Leaves rustled in the wind. Water lapped against nearby rocks. And the faint sound of children’s laughter echoed from far away. Next, West asked them to inhale deeply, taking note of what they smelled: the scent of pine, smoke from a campfire, damp soil.

Other trail hikers walked briskly past, but the group continued to stand still and soak their senses in nature — oblivious to the curious looks they were getting. This, to the uninitiated, is what “forest bathing” looks like.

Sorry, no, to the uninitiated this is what being duped into analyzing that which needs no analyzing looks like. This is what it looks like to have to wait for instructions—FROM A CERTIFIED FOREST THERAPY GUIDE, no less—in order to gain benefit from walking in the woods. This is what it looks to not have a brain in your head.

Originating in Japan, this concept that communing with nature now requires a guide, supervision, and in some cases, a fee, first hit the west coast (of course) and is now spreading across the country faster than the bronze birch borer.

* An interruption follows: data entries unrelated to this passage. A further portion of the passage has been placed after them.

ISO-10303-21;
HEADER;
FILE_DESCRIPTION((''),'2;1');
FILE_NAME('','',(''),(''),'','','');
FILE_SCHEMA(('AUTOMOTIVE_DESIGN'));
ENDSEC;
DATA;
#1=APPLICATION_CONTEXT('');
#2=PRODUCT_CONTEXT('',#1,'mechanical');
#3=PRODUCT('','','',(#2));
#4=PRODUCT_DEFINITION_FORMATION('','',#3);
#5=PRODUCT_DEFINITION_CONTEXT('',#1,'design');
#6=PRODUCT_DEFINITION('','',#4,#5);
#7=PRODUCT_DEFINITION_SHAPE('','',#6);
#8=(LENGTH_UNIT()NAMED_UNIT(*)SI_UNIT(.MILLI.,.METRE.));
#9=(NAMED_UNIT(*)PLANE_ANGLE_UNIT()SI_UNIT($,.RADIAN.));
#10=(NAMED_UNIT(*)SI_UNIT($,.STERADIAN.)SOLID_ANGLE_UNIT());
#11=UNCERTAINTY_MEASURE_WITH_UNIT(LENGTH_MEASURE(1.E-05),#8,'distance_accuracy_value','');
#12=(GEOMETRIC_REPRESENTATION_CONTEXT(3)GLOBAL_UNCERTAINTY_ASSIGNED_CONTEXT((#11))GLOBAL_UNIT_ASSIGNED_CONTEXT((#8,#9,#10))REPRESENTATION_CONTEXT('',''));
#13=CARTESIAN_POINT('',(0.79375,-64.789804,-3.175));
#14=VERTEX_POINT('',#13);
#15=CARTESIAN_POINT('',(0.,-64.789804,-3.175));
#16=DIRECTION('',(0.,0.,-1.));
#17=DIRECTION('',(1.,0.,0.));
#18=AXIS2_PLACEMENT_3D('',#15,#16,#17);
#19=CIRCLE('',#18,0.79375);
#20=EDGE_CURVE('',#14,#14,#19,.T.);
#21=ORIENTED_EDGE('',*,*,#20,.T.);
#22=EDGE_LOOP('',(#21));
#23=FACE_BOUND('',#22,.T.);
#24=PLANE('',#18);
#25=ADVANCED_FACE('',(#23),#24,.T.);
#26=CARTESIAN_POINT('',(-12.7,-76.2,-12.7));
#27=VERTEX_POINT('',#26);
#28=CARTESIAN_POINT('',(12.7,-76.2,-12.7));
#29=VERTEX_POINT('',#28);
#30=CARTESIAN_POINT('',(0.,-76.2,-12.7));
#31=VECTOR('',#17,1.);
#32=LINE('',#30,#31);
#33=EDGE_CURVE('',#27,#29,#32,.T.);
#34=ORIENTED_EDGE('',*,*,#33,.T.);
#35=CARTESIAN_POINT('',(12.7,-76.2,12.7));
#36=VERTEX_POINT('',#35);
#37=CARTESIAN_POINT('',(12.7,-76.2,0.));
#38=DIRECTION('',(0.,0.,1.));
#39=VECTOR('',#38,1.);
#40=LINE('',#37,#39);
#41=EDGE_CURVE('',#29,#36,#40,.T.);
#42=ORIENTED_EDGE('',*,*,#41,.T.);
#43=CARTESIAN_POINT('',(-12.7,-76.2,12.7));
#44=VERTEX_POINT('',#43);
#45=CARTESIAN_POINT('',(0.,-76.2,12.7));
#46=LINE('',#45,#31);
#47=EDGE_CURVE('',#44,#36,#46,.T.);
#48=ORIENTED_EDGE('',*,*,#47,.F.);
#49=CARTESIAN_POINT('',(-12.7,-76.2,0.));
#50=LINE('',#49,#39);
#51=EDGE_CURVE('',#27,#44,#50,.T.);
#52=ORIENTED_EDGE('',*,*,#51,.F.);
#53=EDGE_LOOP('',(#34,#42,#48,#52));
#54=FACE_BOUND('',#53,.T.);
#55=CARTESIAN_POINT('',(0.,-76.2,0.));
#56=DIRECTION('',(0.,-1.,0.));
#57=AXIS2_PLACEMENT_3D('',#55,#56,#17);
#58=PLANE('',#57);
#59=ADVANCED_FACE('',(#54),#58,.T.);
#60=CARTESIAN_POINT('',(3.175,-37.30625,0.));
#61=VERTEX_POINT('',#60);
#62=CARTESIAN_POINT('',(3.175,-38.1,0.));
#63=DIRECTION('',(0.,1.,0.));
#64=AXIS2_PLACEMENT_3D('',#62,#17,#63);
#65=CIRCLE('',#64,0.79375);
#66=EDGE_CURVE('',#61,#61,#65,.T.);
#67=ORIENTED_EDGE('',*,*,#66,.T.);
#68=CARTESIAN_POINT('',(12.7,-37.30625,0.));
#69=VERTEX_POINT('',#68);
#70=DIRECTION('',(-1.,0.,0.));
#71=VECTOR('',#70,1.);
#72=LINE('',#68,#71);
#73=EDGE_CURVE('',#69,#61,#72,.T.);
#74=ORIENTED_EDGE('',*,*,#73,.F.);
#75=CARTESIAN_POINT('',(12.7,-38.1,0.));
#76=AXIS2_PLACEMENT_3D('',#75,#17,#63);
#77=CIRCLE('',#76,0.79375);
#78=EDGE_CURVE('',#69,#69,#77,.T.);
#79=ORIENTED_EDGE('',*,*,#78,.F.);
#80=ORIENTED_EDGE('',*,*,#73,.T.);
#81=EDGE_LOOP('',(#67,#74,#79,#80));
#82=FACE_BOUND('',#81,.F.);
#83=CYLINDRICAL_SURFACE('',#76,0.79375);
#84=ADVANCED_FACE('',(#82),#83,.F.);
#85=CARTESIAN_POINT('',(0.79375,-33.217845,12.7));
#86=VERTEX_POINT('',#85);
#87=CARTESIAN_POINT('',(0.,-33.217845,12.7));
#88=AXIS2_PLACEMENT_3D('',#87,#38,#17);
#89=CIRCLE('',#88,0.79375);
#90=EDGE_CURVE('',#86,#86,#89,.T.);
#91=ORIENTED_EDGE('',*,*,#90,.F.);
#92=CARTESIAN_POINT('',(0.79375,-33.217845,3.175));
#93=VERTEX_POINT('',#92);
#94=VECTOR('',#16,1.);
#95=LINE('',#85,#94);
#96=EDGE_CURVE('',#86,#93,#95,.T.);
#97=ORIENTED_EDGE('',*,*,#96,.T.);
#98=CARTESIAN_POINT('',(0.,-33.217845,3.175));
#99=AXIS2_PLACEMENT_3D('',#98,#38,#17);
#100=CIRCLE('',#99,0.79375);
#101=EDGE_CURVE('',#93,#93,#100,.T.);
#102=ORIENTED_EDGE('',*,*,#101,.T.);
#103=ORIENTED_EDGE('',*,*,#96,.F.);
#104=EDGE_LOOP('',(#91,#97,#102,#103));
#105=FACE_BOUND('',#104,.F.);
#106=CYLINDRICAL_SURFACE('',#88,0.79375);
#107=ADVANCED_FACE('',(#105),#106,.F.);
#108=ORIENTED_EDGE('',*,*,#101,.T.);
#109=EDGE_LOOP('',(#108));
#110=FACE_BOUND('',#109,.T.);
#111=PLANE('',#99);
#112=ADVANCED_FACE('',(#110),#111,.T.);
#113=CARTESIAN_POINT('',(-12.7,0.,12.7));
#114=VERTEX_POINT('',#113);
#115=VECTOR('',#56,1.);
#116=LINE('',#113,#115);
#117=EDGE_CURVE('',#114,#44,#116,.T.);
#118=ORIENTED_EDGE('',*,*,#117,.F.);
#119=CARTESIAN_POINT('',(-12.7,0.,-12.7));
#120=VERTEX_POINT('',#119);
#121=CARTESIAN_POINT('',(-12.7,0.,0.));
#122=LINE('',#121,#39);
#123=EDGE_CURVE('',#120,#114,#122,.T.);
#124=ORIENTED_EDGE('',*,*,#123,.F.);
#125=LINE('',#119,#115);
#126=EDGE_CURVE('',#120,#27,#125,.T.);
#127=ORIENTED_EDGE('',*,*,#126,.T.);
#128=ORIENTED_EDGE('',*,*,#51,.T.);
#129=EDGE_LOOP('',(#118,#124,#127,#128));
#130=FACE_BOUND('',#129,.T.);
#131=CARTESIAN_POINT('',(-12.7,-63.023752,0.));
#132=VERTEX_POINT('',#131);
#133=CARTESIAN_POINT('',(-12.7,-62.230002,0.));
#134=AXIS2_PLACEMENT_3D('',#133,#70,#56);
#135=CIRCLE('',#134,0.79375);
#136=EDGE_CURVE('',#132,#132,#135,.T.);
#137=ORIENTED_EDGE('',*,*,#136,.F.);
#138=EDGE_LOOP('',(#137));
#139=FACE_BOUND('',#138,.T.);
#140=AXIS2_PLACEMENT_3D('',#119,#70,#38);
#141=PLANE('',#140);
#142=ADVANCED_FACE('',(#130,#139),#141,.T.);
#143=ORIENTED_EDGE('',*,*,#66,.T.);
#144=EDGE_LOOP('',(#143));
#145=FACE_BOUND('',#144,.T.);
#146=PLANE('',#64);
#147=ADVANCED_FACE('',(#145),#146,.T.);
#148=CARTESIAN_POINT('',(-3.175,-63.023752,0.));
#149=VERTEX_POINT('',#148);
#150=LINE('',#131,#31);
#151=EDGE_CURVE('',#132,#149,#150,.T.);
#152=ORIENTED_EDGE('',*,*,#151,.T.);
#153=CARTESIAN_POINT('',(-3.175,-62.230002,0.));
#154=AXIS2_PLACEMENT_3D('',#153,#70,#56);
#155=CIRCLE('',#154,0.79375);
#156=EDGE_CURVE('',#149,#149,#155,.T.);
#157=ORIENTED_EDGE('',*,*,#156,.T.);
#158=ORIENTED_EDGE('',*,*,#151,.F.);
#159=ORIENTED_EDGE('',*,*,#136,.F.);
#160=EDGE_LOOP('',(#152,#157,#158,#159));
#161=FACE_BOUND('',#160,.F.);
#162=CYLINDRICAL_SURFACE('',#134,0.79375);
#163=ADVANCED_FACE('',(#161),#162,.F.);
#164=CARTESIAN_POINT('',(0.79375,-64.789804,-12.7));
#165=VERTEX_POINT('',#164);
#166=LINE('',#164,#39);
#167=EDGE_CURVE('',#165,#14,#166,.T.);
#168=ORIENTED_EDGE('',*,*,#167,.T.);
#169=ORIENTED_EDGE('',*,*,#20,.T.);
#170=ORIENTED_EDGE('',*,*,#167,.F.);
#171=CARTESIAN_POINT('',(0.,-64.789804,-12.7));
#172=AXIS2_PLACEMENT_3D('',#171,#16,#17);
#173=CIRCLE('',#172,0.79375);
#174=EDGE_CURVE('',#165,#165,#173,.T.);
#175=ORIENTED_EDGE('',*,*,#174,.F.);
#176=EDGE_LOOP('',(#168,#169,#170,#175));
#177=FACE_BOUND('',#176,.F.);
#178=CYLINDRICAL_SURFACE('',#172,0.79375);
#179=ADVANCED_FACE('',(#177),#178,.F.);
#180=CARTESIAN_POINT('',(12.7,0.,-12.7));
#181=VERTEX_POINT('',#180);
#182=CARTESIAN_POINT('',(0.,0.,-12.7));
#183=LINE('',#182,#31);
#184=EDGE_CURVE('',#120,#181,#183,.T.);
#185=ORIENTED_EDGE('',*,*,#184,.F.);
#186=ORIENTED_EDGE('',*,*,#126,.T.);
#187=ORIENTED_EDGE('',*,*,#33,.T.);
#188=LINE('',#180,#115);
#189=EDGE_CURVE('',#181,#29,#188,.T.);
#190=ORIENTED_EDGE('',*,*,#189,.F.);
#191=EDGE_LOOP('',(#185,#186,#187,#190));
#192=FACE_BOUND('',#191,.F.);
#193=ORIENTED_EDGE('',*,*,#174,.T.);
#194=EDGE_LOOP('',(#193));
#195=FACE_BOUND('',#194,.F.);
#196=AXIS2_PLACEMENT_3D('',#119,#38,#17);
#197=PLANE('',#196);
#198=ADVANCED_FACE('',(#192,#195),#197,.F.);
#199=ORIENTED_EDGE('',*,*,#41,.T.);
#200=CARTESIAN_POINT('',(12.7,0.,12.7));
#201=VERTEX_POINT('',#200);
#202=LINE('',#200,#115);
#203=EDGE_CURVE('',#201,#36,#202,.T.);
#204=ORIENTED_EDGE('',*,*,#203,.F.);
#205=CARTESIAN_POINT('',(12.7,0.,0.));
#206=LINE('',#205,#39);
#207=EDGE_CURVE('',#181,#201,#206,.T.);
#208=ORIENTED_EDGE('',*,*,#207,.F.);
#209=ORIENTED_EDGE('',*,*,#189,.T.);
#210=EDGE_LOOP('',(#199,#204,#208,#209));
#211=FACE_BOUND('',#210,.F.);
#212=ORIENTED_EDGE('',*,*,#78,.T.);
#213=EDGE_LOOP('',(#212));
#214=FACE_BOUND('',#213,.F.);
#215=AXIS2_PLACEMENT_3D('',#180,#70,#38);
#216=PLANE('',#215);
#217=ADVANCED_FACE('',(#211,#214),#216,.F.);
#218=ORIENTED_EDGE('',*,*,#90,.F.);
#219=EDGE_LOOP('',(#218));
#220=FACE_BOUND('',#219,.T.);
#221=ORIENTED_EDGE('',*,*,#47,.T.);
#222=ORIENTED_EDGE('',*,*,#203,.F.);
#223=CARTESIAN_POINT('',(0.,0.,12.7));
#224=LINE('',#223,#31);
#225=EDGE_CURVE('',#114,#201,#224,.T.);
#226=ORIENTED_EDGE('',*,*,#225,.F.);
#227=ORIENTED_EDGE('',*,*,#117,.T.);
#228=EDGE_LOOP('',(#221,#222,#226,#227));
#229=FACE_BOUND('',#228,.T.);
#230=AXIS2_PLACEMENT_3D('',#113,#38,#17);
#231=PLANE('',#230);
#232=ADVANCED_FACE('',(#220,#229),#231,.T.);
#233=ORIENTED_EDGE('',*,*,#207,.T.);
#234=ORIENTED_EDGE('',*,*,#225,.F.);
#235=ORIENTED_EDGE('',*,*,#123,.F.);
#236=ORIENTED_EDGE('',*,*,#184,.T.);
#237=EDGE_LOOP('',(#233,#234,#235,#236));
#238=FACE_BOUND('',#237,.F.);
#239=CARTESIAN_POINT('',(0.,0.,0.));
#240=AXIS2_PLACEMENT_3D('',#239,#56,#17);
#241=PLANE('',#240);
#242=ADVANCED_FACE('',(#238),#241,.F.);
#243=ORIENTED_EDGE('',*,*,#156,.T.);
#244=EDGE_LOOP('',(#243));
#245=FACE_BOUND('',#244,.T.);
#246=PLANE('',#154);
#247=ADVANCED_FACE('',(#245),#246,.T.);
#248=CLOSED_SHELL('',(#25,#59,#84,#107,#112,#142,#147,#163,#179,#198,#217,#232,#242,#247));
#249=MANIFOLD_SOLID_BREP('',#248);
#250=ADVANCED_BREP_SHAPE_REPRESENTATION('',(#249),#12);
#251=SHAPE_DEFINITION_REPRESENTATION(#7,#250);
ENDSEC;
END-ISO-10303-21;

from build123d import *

# Parameters (mm, degrees)
F0_W     = 25.4
F0_H     = 25.4
F1_DEPTH = 76.2
F2_R     = 0.79375
F3_DEPTH = 9.525
F4_R     = 0.79375
F5_DEPTH = 9.525
F6_R     = 0.79375
F7_DEPTH = 9.525
F8_R     = 0.79375
F9_DEPTH = 9.525


with BuildPart() as f1:
    # F0 (on Front) → F1 (new body)
    with BuildSketch(Plane.XZ):
        Rectangle(F0_W, F0_H)
    extrude(amount=F1_DEPTH)

    # F2 (on face) → F3 (cut)
    with BuildSketch(Plane.XY.offset(12.7)):
        with Locations((0, -33.217845)):
            Circle(F2_R)
    extrude(amount=-F3_DEPTH, mode=Mode.SUBTRACT)

    # F4 (on face) → F5 (cut)
    with BuildSketch(Plane.YZ.offset(12.7)):
        with Locations((-38.1, 0)):
            Circle(F4_R)
    extrude(amount=-F5_DEPTH, mode=Mode.SUBTRACT)

    # F6 (on face) → F7 (cut)
    with BuildSketch(Plane(origin=(0, 0, -12.7), x_dir=(1, 0, 0), z_dir=(0, 0, -1))):
        with Locations((0, 64.789804)):
            Circle(F6_R)
    extrude(amount=-F7_DEPTH, mode=Mode.SUBTRACT)

    # F8 (on face) → F9 (cut)
    with BuildSketch(Plane(origin=(-12.7, 0, 0), x_dir=(0, -1, 0), z_dir=(-1, 0, 0))):
        with Locations((62.230002, 0)):
            Circle(F8_R)
    extrude(amount=-F9_DEPTH, mode=Mode.SUBTRACT)


solid = f1.part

It raises so many questions. I’ve spent time walking in woods since I was old enough to walk. The woods were so neat. Animals. Sounds. Smells. The trickle of a creek. An old stump with crazy things growing on it. A vine you could swing on like Tarzan. My best friend, Tuffer Dean and I would explore and play in the woods after school or on weekends until it started to get dark and we’d be reprimanded by our mothers for being a bit late for supper.

Unfortunately, I was unaware of Forest Bathing the whole time, unaware that I needed to be instructed as to when to stop, to listen, to smell, to absorb the healthy, powerful properties of nature. So does any of it count? This might be difficult for a certified forest therapy guide to believe, but I swear, I got it right away!

How about the breathtaking walks I’ve taken in the desert regions of New Mexico and Arizona, immersed in the magnificence of desert plants, dunes, foothills and 100-mile vistas? No good? Time I’ll never get back?

The physical and mental health benefits of green spaces, of gardening, of walking in the woods, have been known for centuries, for heaven’s sake. They are the subject of poetry, journals and historical documents since antiquity. Leave it to today’s modern society, to adults who can no longer relate to anything that isn’t blocked out for them, defined, guided, instructed, to glom onto such a ridiculous and contrived concept.

This concludes this year’s Renegade Gardener High Spot/Black Spot Awards! The buses are ready to take you to the lovely Winnipeg International Airport for your flights home, just as soon as the wrecker arrives to jump-start their batteries.